Ещё одна достопримечательность Монголии — это грибы. «Китайский белый» гриб очень похож на наш белый гриб, но он абсолютно белого цвета и растёт только на сопках в голой степи. Грибница видна с большого расстояния как большой правильный круг диаметром в 50–60 метров. Этот круг выделяется своей необычно яркой зелёной окраской. Грибы растут только в траве по кругу и нигде больше. Китайцы неоднократно предлагали монголам продать им выкопанную грибницу, считая, что этот белый гриб содержит эффективные лечебные компоненты. Монголы грибницу не продали. Собрать этих грибов на удачной грибнице можно до 10 кг за 30–40 минут, причём червей в них не бывает. И свежий, и сушёный, «белый китайский» гриб очень вкусный.

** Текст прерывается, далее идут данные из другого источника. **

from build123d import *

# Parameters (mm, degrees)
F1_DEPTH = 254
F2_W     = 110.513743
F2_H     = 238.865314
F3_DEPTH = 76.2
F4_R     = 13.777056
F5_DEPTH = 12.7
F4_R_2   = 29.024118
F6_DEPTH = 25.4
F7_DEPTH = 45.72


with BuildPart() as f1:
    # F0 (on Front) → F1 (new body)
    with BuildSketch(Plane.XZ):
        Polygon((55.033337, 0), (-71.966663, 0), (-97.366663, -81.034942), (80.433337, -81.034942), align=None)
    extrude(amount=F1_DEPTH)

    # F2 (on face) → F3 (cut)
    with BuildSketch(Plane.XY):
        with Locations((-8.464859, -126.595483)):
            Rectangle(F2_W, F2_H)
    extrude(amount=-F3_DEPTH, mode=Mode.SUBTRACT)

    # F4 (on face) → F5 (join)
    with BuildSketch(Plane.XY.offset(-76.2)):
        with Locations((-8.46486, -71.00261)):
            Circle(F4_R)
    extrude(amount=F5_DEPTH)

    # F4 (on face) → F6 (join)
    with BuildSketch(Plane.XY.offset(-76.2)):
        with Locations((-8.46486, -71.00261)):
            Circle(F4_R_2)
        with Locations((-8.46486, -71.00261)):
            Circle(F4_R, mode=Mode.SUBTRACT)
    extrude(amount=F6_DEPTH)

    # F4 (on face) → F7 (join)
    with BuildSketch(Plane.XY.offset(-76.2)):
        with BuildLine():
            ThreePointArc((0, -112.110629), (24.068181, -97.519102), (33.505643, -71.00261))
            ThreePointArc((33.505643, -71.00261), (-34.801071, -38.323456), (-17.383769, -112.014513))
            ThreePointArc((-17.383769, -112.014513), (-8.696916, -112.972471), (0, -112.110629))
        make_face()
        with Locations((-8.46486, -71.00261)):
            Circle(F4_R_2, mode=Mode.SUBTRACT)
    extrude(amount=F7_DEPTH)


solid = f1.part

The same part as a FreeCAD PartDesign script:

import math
import FreeCAD as App
import Part
import Sketcher
from FreeCAD import Vector
Q = App.Units.Quantity

doc = App.newDocument("Part")
params = doc.addObject("Spreadsheet::Sheet", "Params")
for row, (alias, value) in enumerate([
    ("sketch1_width", "5 in"),
    ("sketch1_width2", "7 in"),
    ("pad1_length", "10 in"),
    ("pocket1_length", "3 in"),
    ("pad2_length", "0.5 in"),
    ("pad3_length", "1 in"),
    ("pad4_length", "1.8 in"),
], start=1):
    params.set(f"A{row}", alias)
    params.set(f"B{row}", "=" + value)
    params.setAlias(f"B{row}", alias)

body = doc.addObject("PartDesign::Body", "Body")

# Sketch on XZ plane
sketch1 = body.newObject("Sketcher::SketchObject", "Sketch")
sketch1.AttachmentSupport = (doc.getObject("XZ_Plane"), [""])
sketch1.MapMode = "FlatFace"
sketch1.addGeometry([
    Part.LineSegment(Vector(55, 0, 0), Vector(-72, 0, 0)),
    Part.LineSegment(Vector(-72, 0, 0), Vector(-97, -81, 0)),
    Part.LineSegment(Vector(-97, -81, 0), Vector(80, -81, 0)),
    Part.LineSegment(Vector(80, -81, 0), Vector(55, 0, 0)),
], False)
sketch1.addConstraint([
    Sketcher.Constraint("Coincident", 0, 2, 1, 1),
    Sketcher.Constraint("Coincident", 1, 2, 2, 1),
    Sketcher.Constraint("Coincident", 2, 2, 3, 1),
    Sketcher.Constraint("Coincident", 3, 2, 0, 1),
    Sketcher.Constraint("Horizontal", 0),
    Sketcher.Constraint("Horizontal", 2),
    Sketcher.Constraint("PointOnObject", 0, 2, -1),
    Sketcher.Constraint("Equal", 1, 3),
    Sketcher.Constraint("DistanceX", 0, 2, 0, 1, Q("5 in")),
    Sketcher.Constraint("DistanceX", 2, 1, 2, 2, Q("7 in")),
    Sketcher.Constraint("DistanceY", 1, 2, -1, 1, 81.034942),
    Sketcher.Constraint("DistanceX", 0, 2, -1, 1, 71.966663),
])
sketch1.setExpression("Constraints[8]", "Params.sketch1_width")
sketch1.setExpression("Constraints[9]", "Params.sketch1_width2")
pad1 = body.newObject("PartDesign::Pad", "Pad")
pad1.Profile = sketch1
pad1.setExpression("Length", "Params.pad1_length")

# Sketch on XY plane
sketch2 = body.newObject("Sketcher::SketchObject", "Sketch001")
sketch2.AttachmentSupport = (doc.getObject("XY_Plane"), [""])
sketch2.MapMode = "FlatFace"
sketch2.addGeometry([
    Part.LineSegment(Vector(-64, -7, 0), Vector(-64, -246, 0)),
    Part.LineSegment(Vector(-64, -246, 0), Vector(47, -246, 0)),
    Part.LineSegment(Vector(47, -246, 0), Vector(47, -7, 0)),
    Part.LineSegment(Vector(47, -7, 0), Vector(-64, -7, 0)),
], False)
sketch2.addConstraint([
    Sketcher.Constraint("Coincident", 0, 2, 1, 1),
    Sketcher.Constraint("Coincident", 1, 2, 2, 1),
    Sketcher.Constraint("Coincident", 2, 2, 3, 1),
    Sketcher.Constraint("Coincident", 3, 2, 0, 1),
    Sketcher.Constraint("Vertical", 0),
    Sketcher.Constraint("Horizontal", 1),
    Sketcher.Constraint("Vertical", 2),
    Sketcher.Constraint("Horizontal", 3),
    Sketcher.Constraint("DistanceX", 1, 1, 1, 2, 110.513743),
    Sketcher.Constraint("DistanceY", 0, 2, 0, 1, 238.865314),
    Sketcher.Constraint("DistanceX", 0, 2, -1, 1, 63.72173),
    Sketcher.Constraint("DistanceY", 0, 2, -1, 1, 246.02814),
])
pocket1 = body.newObject("PartDesign::Pocket", "Pocket")
pocket1.Profile = sketch2
pocket1.setExpression("Length", "Params.pocket1_length")

# Sketch on XY plane
sketch3 = body.newObject("Sketcher::SketchObject", "Sketch002")
sketch3.AttachmentSupport = (doc.getObject("XY_Plane"), [""])
sketch3.MapMode = "FlatFace"
sketch3.AttachmentOffset = App.Placement(Vector(0, 0, -3 * 25.4), App.Rotation())
sketch3.addGeometry(Part.Circle(Vector(-8, -71, 0), Vector(0, 0, 1), 14), False)
sketch3.addConstraint([
    Sketcher.Constraint("Diameter", 0, 27.554112),
    Sketcher.Constraint("DistanceX", 0, 3, -1, 1, 8.46486),
    Sketcher.Constraint("DistanceY", 0, 3, -1, 1, 71.00261),
])
pad2 = body.newObject("PartDesign::Pad", "Pad001")
pad2.Profile = sketch3
pad2.setExpression("Length", "Params.pad2_length")

# Sketch on XY plane
sketch4 = body.newObject("Sketcher::SketchObject", "Sketch003")
sketch4.AttachmentSupport = (doc.getObject("XY_Plane"), [""])
sketch4.MapMode = "FlatFace"
sketch4.AttachmentOffset = App.Placement(Vector(0, 0, -3 * 25.4), App.Rotation())
sketch4.addGeometry([
    Part.Circle(Vector(-8, -71, 0), Vector(0, 0, 1), 29),
    Part.Circle(Vector(-8, -71, 0), Vector(0, 0, 1), 14),
], False)
sketch4.addConstraint([
    Sketcher.Constraint("Coincident", 1, 3, 0, 3),
    Sketcher.Constraint("Diameter", 1, 27.554112),
    Sketcher.Constraint("Diameter", 0, 58.048236),
    Sketcher.Constraint("DistanceX", 0, 3, -1, 1, 8.46486),
    Sketcher.Constraint("DistanceY", 0, 3, -1, 1, 71.00261),
])
pad3 = body.newObject("PartDesign::Pad", "Pad002")
pad3.Profile = sketch4
pad3.setExpression("Length", "Params.pad3_length")

# Sketch on XY plane
sketch5 = body.newObject("Sketcher::SketchObject", "Sketch004")
sketch5.AttachmentSupport = (doc.getObject("XY_Plane"), [""])
sketch5.MapMode = "FlatFace"
sketch5.AttachmentOffset = App.Placement(Vector(0, 0, -3 * 25.4), App.Rotation())
sketch5.addGeometry([
    Part.ArcOfCircle(Part.Circle(Vector(-8, -71, 0), Vector(0, 0, 1), 42), math.radians(-78), math.radians(0)),
    Part.ArcOfCircle(Part.Circle(Vector(-8, -71, 0), Vector(0, 0, 1), 42), math.radians(0), math.radians(258)),
    Part.ArcOfCircle(Part.Circle(Vector(-8, -71, 0), Vector(0, 0, 1), 42), math.radians(-102), math.radians(-78)),
    Part.Circle(Vector(-8, -71, 0), Vector(0, 0, 1), 29),
], False)
sketch5.addConstraint([
    Sketcher.Constraint("Tangent", 0, 2, 1, 1),
    Sketcher.Constraint("Tangent", 1, 2, 2, 1),
    Sketcher.Constraint("Tangent", 2, 2, 0, 1),
    Sketcher.Constraint("Coincident", 3, 3, 0, 3),
    Sketcher.Constraint("PointOnObject", 2, 2, -2),
    Sketcher.Constraint("Horizontal", 3, 3, 0, 2),
    Sketcher.Constraint("Diameter", 3, 58.048236),
    Sketcher.Constraint("Radius", 0, 41.970503),
    Sketcher.Constraint("DistanceY", 2, 3, -1, 1, 71.002599),
    Sketcher.Constraint("DistanceX", 0, 3, -1, 1, 8.46486),
    Sketcher.Constraint("DistanceX", 1, 2, -1, 1, 17.383769),
])
pad4 = body.newObject("PartDesign::Pad", "Pad003")
pad4.Profile = sketch5
pad4.setExpression("Length", "Params.pad4_length")

doc.recompute()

Я проработал в Монголии около пяти лет. Отношения с новым руководством страны, и особенно с министром общественной безопасности, в последние годы сложились самые доброжелательные. Наше представительство старалось укреплять отношения с МНР и помогать монгольскому народу. Замечаний со стороны Центра к нам не было, и когда моя командировка завершилась, я получил из уст начальника разведки В. А. Крючкова положительную оценку моей работы.

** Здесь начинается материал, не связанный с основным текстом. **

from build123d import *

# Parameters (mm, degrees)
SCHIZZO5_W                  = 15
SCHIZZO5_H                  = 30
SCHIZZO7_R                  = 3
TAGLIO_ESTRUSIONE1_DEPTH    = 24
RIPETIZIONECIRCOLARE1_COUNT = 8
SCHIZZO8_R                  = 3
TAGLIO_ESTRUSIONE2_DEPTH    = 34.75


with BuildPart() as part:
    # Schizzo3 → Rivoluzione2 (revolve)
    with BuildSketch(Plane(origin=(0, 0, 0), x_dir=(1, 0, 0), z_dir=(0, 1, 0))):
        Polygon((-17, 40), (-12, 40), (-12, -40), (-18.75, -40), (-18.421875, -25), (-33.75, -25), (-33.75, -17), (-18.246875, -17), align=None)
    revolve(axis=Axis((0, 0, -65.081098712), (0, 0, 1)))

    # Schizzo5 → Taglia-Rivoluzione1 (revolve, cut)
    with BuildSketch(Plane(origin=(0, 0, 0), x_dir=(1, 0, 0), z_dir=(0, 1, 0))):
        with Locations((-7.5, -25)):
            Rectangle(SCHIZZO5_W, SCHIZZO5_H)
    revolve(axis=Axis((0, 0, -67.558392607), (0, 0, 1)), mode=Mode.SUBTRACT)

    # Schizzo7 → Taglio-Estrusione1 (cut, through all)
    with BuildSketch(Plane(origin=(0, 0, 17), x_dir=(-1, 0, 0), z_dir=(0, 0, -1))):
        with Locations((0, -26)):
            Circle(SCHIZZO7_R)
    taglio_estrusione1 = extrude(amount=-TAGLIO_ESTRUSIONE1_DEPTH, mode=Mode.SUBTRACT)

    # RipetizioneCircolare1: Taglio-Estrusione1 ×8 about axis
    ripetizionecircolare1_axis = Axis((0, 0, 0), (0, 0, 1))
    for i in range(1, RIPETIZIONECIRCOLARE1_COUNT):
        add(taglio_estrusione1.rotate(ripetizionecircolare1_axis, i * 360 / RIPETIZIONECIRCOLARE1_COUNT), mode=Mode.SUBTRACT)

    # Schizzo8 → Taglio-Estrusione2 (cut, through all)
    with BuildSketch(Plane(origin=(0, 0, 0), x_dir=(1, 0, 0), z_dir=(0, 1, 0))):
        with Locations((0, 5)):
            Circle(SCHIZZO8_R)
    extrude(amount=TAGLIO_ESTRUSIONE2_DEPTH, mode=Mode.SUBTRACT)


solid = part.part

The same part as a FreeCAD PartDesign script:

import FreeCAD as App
import Part
import Sketcher
from FreeCAD import Vector
Q = App.Units.Quantity


def add_polygon(sketch, points):
    """Adds a closed chain of lines whose ends are joined by coincident constraints."""
    first, n = sketch.GeometryCount, len(points)
    for a, b in zip(points, points[1:] + points[:1]):
        sketch.addGeometry(Part.LineSegment(App.Vector(*a, 0), App.Vector(*b, 0)), False)
    for i in range(n):
        sketch.addConstraint(Sketcher.Constraint("Coincident", first + i, 2, first + (i + 1) % n, 1))

doc = App.newDocument("Part")
body = doc.addObject("PartDesign::Body", "Body")

sketch1 = body.newObject("Sketcher::SketchObject", "Sketch")
sketch1.AttachmentSupport = (doc.getObject("XZ_Plane"), [""])
sketch1.MapMode = "FlatFace"
add_polygon(sketch1, [(-12, -40), (-17, -40), (-18, 17), (-34, 17), (-34, 25), (-18, 25), (-19, 40), (-12, 40)])
sketch1.addConstraint(Sketcher.Constraint("Horizontal", 0))
sketch1.addConstraint(Sketcher.Constraint("Horizontal", 2))
sketch1.addConstraint(Sketcher.Constraint("Vertical", 3))
sketch1.addConstraint(Sketcher.Constraint("Horizontal", 4))
sketch1.addConstraint(Sketcher.Constraint("Horizontal", 6))
sketch1.addConstraint(Sketcher.Constraint("Vertical", 7))
sketch1.addConstraint(Sketcher.Constraint("Parallel", 1, 5))
sketch1.addConstraint(Sketcher.Constraint("DistanceX", 0, 2, 0, 1, Q("5 mm")))
sketch1.addConstraint(Sketcher.Constraint("DistanceY", 3, 1, 3, 2, Q("8 mm")))
sketch1.addConstraint(Sketcher.Constraint("DistanceY", 7, 2, 7, 1, Q("80 mm")))
sketch1.addConstraint(Sketcher.Constraint("DistanceX", 0, 2, -1, 1, Q("17 mm")))
sketch1.addConstraint(Sketcher.Constraint("DistanceY", 0, 2, -1, 1, Q("40 mm")))
sketch1.addConstraint(Sketcher.Constraint("DistanceY", -1, 1, 1, 2, Q("17 mm")))
sketch1.addConstraint(Sketcher.Constraint("DistanceX", 3, 2, 5, 2, Q("15 mm")))
sketch1.addConstraint(Sketcher.Constraint("DistanceX", 6, 1, 6, 2, Q("6.75 mm")))
sketch1.addConstraint(Sketcher.Constraint("DistanceX", 4, 2, 1, 2, Q("0.175 mm")))
revolution = body.newObject("PartDesign::Revolution", "Revolution")
revolution.Profile = sketch1
revolution.ReferenceAxis = (sketch1, ["V_Axis"])
revolution.Angle = 360

sketch2 = body.newObject("Sketcher::SketchObject", "Sketch001")
sketch2.AttachmentSupport = (doc.getObject("XZ_Plane"), [""])
sketch2.MapMode = "FlatFace"
add_polygon(sketch2, [(-15, 10), (-15, 40), (0, 40), (0, 10)])
sketch2.addConstraint(Sketcher.Constraint("Vertical", 0))
sketch2.addConstraint(Sketcher.Constraint("Horizontal", 1))
sketch2.addConstraint(Sketcher.Constraint("Vertical", 2))
sketch2.addConstraint(Sketcher.Constraint("Horizontal", 3))
sketch2.addConstraint(Sketcher.Constraint("PointOnObject", 1, 2, -2))
sketch2.addConstraint(Sketcher.Constraint("DistanceX", 1, 1, 1, 2, Q("15 mm")))
sketch2.addConstraint(Sketcher.Constraint("DistanceY", 0, 1, 0, 2, Q("30 mm")))
sketch2.addConstraint(Sketcher.Constraint("DistanceY", -1, 1, 0, 2, Q("40 mm")))
groove = body.newObject("PartDesign::Groove", "Groove")
groove.Profile = sketch2
groove.ReferenceAxis = (sketch2, ["V_Axis"])
groove.Angle = 360

sketch3 = body.newObject("Sketcher::SketchObject", "Sketch002")
sketch3.AttachmentSupport = (doc.getObject("XY_Plane"), [""])
sketch3.MapMode = "FlatFace"
sketch3.AttachmentOffset = App.Placement(Vector(0, 0, 17), App.Rotation())
sketch3.addGeometry(Part.Circle(Vector(0, -26, 0), Vector(0, 0, 1), 3), False)
sketch3.addConstraint(Sketcher.Constraint("PointOnObject", 0, 3, -2))
sketch3.addConstraint(Sketcher.Constraint("Diameter", 0, Q("6 mm")))
sketch3.addConstraint(Sketcher.Constraint("DistanceY", 0, 3, -1, 1, Q("26 mm")))
pocket1 = body.newObject("PartDesign::Pocket", "Pocket")
pocket1.Profile = sketch3
pocket1.Type = "ThroughAll"
pocket1.Reversed = True
doc.recompute()

polarpattern = body.newObject("PartDesign::PolarPattern", "PolarPattern")
polarpattern.Originals = [pocket1]
polarpattern.Axis = (doc.getObject("Z_Axis"), [""])
polarpattern.Angle = 360
polarpattern.Occurrences = 8
body.Tip = polarpattern

sketch4 = body.newObject("Sketcher::SketchObject", "Sketch003")
sketch4.AttachmentSupport = (doc.getObject("XZ_Plane"), [""])
sketch4.MapMode = "FlatFace"
sketch4.addGeometry(Part.Circle(Vector(0, -5, 0), Vector(0, 0, 1), 3), False)
sketch4.addConstraint(Sketcher.Constraint("PointOnObject", 0, 3, -2))
sketch4.addConstraint(Sketcher.Constraint("Diameter", 0, Q("6 mm")))
sketch4.addConstraint(Sketcher.Constraint("DistanceY", 0, 3, -1, 1, Q("5 mm")))
pocket2 = body.newObject("PartDesign::Pocket", "Pocket001")
pocket2.Profile = sketch4
pocket2.Type = "ThroughAll"

doc.recompute()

В Москве меня назначили на должность старшего консультанта начальника разведки. Это была почётная должность, но далёкая от оперативной работы, и в начале «перестройки» я ушёл в отставку, что на тот момент полностью отвечало моему желанию.
Послесловие
Всегда буду помнить моих великих учителей в разведке Ивана Ивановича Агаянца и Александра Михайловича Короткова.

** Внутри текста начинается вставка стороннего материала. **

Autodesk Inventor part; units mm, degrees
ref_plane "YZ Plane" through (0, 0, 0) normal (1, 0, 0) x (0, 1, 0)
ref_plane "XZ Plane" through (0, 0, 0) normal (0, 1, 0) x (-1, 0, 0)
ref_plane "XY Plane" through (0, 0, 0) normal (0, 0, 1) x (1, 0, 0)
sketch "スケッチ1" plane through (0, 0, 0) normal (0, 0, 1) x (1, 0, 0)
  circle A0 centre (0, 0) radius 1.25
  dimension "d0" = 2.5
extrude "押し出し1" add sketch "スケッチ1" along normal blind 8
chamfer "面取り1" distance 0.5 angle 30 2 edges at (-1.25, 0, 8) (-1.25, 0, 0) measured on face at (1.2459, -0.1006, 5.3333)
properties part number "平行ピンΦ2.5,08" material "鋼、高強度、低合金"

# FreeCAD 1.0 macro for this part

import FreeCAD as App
import Part
import Sketcher
Q = App.Units.Quantity


def edges_at(feature, points):
    """Names of the edges that pass closest to the given points."""
    edges = feature.Shape.Edges
    near = lambda p: min(range(len(edges)), key=lambda i: edges[i].distToShape(Part.Vertex(*p))[0])
    return sorted({f"Edge{near(p) + 1}" for p in points})

doc = App.newDocument("Part")
body = doc.addObject("PartDesign::Body", "Body")

# Sketch on XY plane
sketch1 = body.newObject("Sketcher::SketchObject", "Sketch")
sketch1.AttachmentSupport = (doc.getObject("XY_Plane"), [""])
sketch1.MapMode = "FlatFace"
sketch1.addGeometry(Part.Circle(App.Vector(0, 0, 0), App.Vector(0, 0, 1), 1.2), False)
sketch1.addConstraint(Sketcher.Constraint("Coincident", 0, 3, -1, 1))
sketch1.addConstraint(Sketcher.Constraint("Diameter", 0, Q("2.5 mm")))
pad1 = body.newObject("PartDesign::Pad", "Pad")
pad1.Profile = sketch1
pad1.Length = 8
doc.recompute()

chamfer = body.newObject("PartDesign::Chamfer", "Chamfer")
chamfer.Base = (pad1, edges_at(pad1, [(-1.25, 0, 8), (-1.25, 0, 0)]))
chamfer.ChamferType = "Distance and Angle"
chamfer.Size = 0.5
chamfer.Angle = 30

doc.recompute()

В 1952 году И. И. Агаянц возглавлял в течение короткого времени европейский отдел разведки, и я после окончания школы № 101 получил назначение в этот отдел. Но главная моя работа под мудрым (не боюсь этого слова) руководством Агаянца проходила в службе «Активных мероприятий». Эту службу создавал сам Иван Иванович. При нём служба заняла важное место в ПГУ и добилась в ряде случаев выдающихся успехов. Я прекрасно понимаю, что годы работы в службе стали основой для моего роста. В первую очередь, не в должностях и званиях, а в развитии эрудиции разведчика, расширении политического кругозора. Масштаб задач, ширина и глубина проработки операций обязывали к очень напряжённой деятельности. Я знакомился с очень большим объёмом информации, и с годами это начало приносить свои плоды. Атмосфера усердия, напряжённой работы, углублённого анализа возникающих проблем постоянно в службе «А» поддерживалась лично Агаянцем. Сам он работал, не жалея себя. Где-то в начале 1964 года Агаянцу сделали операцию на коже, небольшую, казалось бы, он уже вышел на работу, но через 2–3 месяца вновь лёг в «Кремлёвку». Я, как партийный секретарь службы и «старый» кадр, служивший с первых дней создания службы, регулярно бывал в ЦКБ у Ивана Ивановича. Болезнь развивалась очень быстро. Однажды Агаянц пригласил меня пройтись по парку. Было тепло. Говорили о делах. Но вдруг он остановился и сказал, что у него неожиданно появились опухоли в районе подмышек и в паху и… замолчал. Я попросил его разрешения посоветоваться в службе о возможности помочь в лечении, так как этот вопрос, как я понимал, приобрёл чрезвычайный характер. Прибыв на работу, доложил о своих худших опасениях заму Агаянца С. А. Кондрашову. Он при мне позвонил Ю. В. Андропову, председателю КГБ. Реакция была немедленной. Председатель тут же поручил организовать у Агаянца консилиум лучших врачей Москвы.